Ненависть к Бородуле в последнее время дошла до невероятных пределов.
— Что его, собаку, судить! — злобно кричали в толпе. — Головою в Фонтанку — и кончено!
Хорошо, что часовые повели его задворками. Иначе не миновать бы ему самосуда!
Зато Ян Шельмовский был введен в зал суда по-парадному. Он гордо выступал среди конвойных, словно король среди свиты и, благосклонно взирая на толпу любопытных, разглаживал свои бакенбарды.
Суд тянулся долго: две недели.
В течение всего этого времени Бородуля, бледный, несчастный, взлохмаченный, сидел на скамье подсудимых, не смея поднять глаз на толпу, осматривавшую его с отвращением.
— Чует, что за такие дела не похвалят! — говорили в толпе.
И действительно, чуть только заговорил прокурор, все поняли, что Бородуле не будет пощады.

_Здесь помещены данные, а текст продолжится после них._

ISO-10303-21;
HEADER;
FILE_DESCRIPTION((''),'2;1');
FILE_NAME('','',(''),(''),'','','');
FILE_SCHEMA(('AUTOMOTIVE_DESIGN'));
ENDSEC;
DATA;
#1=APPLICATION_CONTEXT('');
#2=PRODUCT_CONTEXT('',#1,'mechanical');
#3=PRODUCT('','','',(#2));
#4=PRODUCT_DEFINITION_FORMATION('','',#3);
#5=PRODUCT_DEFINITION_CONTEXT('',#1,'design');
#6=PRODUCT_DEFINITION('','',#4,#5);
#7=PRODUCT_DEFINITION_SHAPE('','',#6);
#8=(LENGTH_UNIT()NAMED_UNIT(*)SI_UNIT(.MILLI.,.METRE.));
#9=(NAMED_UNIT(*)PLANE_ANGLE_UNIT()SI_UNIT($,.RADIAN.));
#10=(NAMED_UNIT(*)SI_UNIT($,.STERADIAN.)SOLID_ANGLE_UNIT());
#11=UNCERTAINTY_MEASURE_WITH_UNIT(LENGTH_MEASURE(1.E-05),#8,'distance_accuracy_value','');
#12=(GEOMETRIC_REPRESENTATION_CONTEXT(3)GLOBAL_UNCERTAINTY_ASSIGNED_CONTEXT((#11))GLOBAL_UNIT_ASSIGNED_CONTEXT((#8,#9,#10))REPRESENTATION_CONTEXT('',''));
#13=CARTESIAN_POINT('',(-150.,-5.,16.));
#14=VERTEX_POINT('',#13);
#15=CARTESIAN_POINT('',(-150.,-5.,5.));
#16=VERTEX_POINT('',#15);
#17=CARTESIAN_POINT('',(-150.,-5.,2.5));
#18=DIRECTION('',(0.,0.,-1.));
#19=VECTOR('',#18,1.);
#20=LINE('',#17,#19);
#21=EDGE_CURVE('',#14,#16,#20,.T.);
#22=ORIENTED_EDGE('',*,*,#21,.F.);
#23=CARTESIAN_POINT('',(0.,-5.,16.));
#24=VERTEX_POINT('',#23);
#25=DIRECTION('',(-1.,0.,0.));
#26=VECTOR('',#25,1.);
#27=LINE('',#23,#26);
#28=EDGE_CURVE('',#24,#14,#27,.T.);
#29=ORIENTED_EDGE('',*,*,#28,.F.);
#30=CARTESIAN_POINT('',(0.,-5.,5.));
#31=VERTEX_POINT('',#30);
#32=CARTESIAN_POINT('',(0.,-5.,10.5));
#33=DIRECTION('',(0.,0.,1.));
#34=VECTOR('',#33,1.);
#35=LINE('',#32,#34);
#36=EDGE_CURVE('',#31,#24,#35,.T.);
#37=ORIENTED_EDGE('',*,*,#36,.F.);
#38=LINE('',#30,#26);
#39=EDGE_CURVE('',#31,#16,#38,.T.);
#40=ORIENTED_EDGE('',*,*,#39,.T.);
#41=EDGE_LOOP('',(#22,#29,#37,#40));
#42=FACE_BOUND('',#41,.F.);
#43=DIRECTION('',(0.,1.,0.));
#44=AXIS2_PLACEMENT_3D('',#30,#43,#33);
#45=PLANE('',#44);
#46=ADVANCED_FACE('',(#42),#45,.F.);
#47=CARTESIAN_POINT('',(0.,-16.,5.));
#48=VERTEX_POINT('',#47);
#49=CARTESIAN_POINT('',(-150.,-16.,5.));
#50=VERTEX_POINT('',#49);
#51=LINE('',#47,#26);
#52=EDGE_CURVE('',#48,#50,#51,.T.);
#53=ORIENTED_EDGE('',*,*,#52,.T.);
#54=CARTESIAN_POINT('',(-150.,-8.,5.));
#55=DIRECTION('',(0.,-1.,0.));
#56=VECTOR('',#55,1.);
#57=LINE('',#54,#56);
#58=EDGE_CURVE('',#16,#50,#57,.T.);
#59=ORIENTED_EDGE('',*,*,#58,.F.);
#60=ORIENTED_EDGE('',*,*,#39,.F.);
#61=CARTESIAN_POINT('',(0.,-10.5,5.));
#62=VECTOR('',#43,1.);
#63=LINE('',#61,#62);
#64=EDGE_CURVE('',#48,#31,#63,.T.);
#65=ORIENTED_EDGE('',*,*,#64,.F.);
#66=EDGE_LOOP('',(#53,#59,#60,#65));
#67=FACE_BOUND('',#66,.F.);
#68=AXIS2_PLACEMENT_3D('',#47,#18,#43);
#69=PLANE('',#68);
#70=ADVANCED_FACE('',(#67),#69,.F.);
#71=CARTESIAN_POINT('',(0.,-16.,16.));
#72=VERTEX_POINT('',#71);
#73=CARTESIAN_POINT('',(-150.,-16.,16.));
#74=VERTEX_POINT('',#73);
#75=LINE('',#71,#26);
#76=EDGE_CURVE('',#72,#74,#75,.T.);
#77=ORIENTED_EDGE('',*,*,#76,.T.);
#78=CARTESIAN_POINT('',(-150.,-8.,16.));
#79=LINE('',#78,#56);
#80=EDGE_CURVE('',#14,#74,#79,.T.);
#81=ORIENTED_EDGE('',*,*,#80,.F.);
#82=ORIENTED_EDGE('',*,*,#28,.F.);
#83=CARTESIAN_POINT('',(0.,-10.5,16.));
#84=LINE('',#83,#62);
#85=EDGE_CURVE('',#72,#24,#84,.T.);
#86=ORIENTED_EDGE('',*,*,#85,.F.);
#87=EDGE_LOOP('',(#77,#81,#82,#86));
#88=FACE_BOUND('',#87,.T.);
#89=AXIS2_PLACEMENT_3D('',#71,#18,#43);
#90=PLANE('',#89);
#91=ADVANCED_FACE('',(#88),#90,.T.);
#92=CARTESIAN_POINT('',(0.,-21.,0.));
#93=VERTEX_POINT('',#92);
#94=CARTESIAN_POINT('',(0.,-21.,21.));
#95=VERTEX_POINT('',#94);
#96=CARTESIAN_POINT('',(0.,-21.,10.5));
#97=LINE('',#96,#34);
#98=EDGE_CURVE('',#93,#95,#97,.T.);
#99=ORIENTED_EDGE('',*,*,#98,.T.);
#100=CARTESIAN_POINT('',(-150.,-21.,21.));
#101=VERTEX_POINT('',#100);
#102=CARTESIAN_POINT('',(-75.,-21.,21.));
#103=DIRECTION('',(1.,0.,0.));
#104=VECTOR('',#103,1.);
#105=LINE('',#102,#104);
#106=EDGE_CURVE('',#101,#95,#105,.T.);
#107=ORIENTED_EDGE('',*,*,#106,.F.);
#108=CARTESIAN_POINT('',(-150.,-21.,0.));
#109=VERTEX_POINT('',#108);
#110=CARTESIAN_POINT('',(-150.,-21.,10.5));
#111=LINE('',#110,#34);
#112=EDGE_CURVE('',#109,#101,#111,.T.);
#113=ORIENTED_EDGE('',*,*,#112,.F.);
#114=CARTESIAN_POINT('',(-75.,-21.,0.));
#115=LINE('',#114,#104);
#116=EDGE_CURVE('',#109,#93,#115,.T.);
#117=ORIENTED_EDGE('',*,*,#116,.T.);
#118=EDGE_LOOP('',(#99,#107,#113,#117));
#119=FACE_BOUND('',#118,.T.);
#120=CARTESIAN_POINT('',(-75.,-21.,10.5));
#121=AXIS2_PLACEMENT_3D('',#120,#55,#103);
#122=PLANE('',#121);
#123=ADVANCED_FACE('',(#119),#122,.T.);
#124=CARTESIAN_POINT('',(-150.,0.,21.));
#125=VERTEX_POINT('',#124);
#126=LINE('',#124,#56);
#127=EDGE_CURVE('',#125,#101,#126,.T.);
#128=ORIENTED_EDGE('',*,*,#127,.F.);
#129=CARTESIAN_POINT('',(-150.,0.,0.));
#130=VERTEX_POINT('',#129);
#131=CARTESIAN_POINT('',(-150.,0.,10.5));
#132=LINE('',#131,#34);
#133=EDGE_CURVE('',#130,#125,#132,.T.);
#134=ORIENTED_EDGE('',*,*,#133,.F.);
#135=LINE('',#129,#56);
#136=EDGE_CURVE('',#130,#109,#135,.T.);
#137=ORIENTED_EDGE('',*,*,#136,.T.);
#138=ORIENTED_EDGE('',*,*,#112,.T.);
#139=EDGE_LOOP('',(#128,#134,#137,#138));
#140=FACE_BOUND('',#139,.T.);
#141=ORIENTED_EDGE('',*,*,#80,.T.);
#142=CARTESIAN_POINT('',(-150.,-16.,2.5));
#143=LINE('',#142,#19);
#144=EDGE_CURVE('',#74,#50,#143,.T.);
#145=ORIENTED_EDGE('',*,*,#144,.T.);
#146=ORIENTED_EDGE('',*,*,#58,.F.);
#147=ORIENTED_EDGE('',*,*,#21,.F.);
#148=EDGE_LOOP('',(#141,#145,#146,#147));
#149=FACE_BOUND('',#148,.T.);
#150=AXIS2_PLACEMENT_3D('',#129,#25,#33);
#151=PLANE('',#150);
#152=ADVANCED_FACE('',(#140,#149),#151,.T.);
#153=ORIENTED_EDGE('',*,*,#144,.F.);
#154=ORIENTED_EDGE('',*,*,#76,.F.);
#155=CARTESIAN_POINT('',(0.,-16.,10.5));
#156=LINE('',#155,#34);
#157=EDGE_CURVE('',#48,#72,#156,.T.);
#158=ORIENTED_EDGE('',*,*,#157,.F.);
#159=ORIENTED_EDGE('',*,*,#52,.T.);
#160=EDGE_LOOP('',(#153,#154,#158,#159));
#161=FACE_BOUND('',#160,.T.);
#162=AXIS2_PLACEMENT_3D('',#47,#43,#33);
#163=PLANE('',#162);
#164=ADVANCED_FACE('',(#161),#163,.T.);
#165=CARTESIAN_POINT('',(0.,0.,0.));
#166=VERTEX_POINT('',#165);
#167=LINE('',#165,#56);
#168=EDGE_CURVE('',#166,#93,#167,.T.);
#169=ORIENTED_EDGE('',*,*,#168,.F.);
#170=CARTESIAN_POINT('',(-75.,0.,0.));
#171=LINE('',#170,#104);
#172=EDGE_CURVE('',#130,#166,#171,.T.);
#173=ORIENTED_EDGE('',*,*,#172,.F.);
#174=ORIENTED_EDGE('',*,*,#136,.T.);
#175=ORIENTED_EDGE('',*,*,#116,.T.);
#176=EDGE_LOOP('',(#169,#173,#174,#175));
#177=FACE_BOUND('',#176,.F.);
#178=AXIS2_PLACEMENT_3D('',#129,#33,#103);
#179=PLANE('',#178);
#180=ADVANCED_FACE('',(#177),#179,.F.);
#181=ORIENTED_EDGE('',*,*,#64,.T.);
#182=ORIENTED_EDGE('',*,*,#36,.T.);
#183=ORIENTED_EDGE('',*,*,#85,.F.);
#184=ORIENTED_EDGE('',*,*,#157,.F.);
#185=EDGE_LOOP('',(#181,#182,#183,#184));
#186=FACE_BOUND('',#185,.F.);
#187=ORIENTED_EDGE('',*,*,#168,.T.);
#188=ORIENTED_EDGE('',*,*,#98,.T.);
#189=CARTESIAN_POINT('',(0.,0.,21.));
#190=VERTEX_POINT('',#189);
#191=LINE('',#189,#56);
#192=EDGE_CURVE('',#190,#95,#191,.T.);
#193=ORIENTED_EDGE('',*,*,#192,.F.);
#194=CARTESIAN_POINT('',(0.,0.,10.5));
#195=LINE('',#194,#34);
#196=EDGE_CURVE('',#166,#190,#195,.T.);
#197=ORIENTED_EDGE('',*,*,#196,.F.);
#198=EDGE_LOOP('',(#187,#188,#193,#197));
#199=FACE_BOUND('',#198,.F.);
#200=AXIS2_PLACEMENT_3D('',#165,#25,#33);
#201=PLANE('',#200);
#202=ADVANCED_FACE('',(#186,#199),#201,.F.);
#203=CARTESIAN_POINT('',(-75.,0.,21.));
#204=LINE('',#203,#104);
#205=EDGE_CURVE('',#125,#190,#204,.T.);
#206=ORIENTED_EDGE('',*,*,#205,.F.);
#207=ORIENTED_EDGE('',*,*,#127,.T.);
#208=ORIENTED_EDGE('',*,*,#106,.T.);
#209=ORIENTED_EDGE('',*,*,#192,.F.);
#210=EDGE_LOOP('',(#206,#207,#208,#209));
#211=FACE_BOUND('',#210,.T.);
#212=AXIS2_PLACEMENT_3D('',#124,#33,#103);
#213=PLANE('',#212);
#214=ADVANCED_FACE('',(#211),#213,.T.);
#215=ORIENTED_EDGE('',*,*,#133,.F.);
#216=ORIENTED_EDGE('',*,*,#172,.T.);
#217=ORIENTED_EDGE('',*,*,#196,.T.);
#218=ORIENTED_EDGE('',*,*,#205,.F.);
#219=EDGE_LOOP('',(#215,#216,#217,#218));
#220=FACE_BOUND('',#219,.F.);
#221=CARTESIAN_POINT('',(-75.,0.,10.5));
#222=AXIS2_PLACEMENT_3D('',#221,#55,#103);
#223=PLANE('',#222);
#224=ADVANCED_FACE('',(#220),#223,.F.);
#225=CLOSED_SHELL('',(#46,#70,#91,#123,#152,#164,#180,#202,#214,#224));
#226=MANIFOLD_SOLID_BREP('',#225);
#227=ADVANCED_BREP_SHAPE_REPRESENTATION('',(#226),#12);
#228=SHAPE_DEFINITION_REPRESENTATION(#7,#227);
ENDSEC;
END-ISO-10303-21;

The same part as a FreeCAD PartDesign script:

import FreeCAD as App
import Part
import Sketcher
Q = App.Units.Quantity


def add_polygon(sketch, points):
    """Adds a closed chain of lines whose ends are joined by coincident constraints."""
    first, n = sketch.GeometryCount, len(points)
    for a, b in zip(points, points[1:] + points[:1]):
        sketch.addGeometry(Part.LineSegment(App.Vector(*a, 0), App.Vector(*b, 0)), False)
    for i in range(n):
        sketch.addConstraint(Sketcher.Constraint("Coincident", first + i, 2, first + (i + 1) % n, 1))

doc = App.newDocument("Part")
body = doc.addObject("PartDesign::Body", "Body")

# Sketch on XZ plane
sketch1 = doc.addObject("Sketcher::SketchObject", "Sketch")
body.addObject(sketch1)
sketch1.AttachmentSupport = (doc.XZ_Plane, [""])
sketch1.MapMode = "FlatFace"
add_polygon(sketch1, [(-150, 21), (-150, 0), (0, 0), (0, 21)])  # lines 0-3
sketch1.addConstraint(Sketcher.Constraint("Vertical", 0))
sketch1.addConstraint(Sketcher.Constraint("Horizontal", 1))
sketch1.addConstraint(Sketcher.Constraint("Vertical", 2))
sketch1.addConstraint(Sketcher.Constraint("Horizontal", 3))
sketch1.addConstraint(Sketcher.Constraint("Coincident", 1, 2, -1, 1))
sketch1.addConstraint(Sketcher.Constraint("DistanceX", 1, 1, 1, 2, Q("150 mm")))
sketch1.addConstraint(Sketcher.Constraint("DistanceY", 0, 2, 0, 1, Q("21 mm")))
pad1 = doc.addObject("PartDesign::Pad", "Pad")
body.addObject(pad1)
pad1.Profile = sketch1
pad1.Length = 21

# Sketch on YZ plane
sketch2 = doc.addObject("Sketcher::SketchObject", "Sketch001")
body.addObject(sketch2)
sketch2.AttachmentSupport = (doc.YZ_Plane, [""])
sketch2.MapMode = "FlatFace"
add_polygon(sketch2, [(-16, 16), (-16, 5), (-5, 5), (-5, 16)])  # lines 0-3
sketch2.addConstraint(Sketcher.Constraint("Vertical", 0))
sketch2.addConstraint(Sketcher.Constraint("Horizontal", 1))
sketch2.addConstraint(Sketcher.Constraint("Vertical", 2))
sketch2.addConstraint(Sketcher.Constraint("Horizontal", 3))
sketch2.addConstraint(Sketcher.Constraint("Equal", 3, 0))
sketch2.addConstraint(Sketcher.Constraint("DistanceX", 1, 1, 1, 2, Q("11 mm")))
sketch2.addConstraint(Sketcher.Constraint("DistanceX", 0, 2, -1, 1, Q("16 mm")))
sketch2.addConstraint(Sketcher.Constraint("DistanceY", -1, 1, 0, 2, Q("5 mm")))
pocket1 = doc.addObject("PartDesign::Pocket", "Pocket")
body.addObject(pocket1)
pocket1.Profile = sketch2
pocket1.Length = 200

doc.recompute()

Прокурор задыхался от гнева.
— Много я видел бесчеловечных злодеев, — пронзительно выкрикнул он. — Они подкалывали ножами родных матерей, они взрывали динамитом поезда, наполненные мирными жителями, но такого изверга, как Иван Бородуля, я еще никогда не видел и, надеюсь, никогда не увижу!
— Верно! Верно! — подхватила толпа.
— Страшно подумать, — продолжал прокурор, — что было бы с нами и с нашей страной, если бы осуществились преступные замыслы этого ученого изверга. Выжженные нивы и пастбища!.. Иссохшие женские груди, не дающие ни капли молока умирающим от голода младенцам!.. Околевшие свиньи, коровы и лошади!.. Холера, сыпняк, поедание человеческих трупов… Вот чего добивался этот «великий ученый», вот зачем приехал он в родную страну!
— Верно! Верно! — закричала толпа.
Не виновен!
Но вскоре выяснилось, что Бородуля не виновен ни в чем. Правда, он прибыл на родину с самыми ужасными замыслами, но
— Не в тюрьму мы должны сажать Бородулю! — воскликнул защищающий его правозаступник. — Мы должны низко поклониться ему от лица всех трудящихся и поблагодарить его за верную службу, просить, чтобы он передал в руки советских крестьян всю свою власть над стихиями.
Погода — земледельцу!
Бородуля — наш! Бородуля — с нами! Нам, нам передал он свою дивную власть над тучами, туманами, ветрами и волнами!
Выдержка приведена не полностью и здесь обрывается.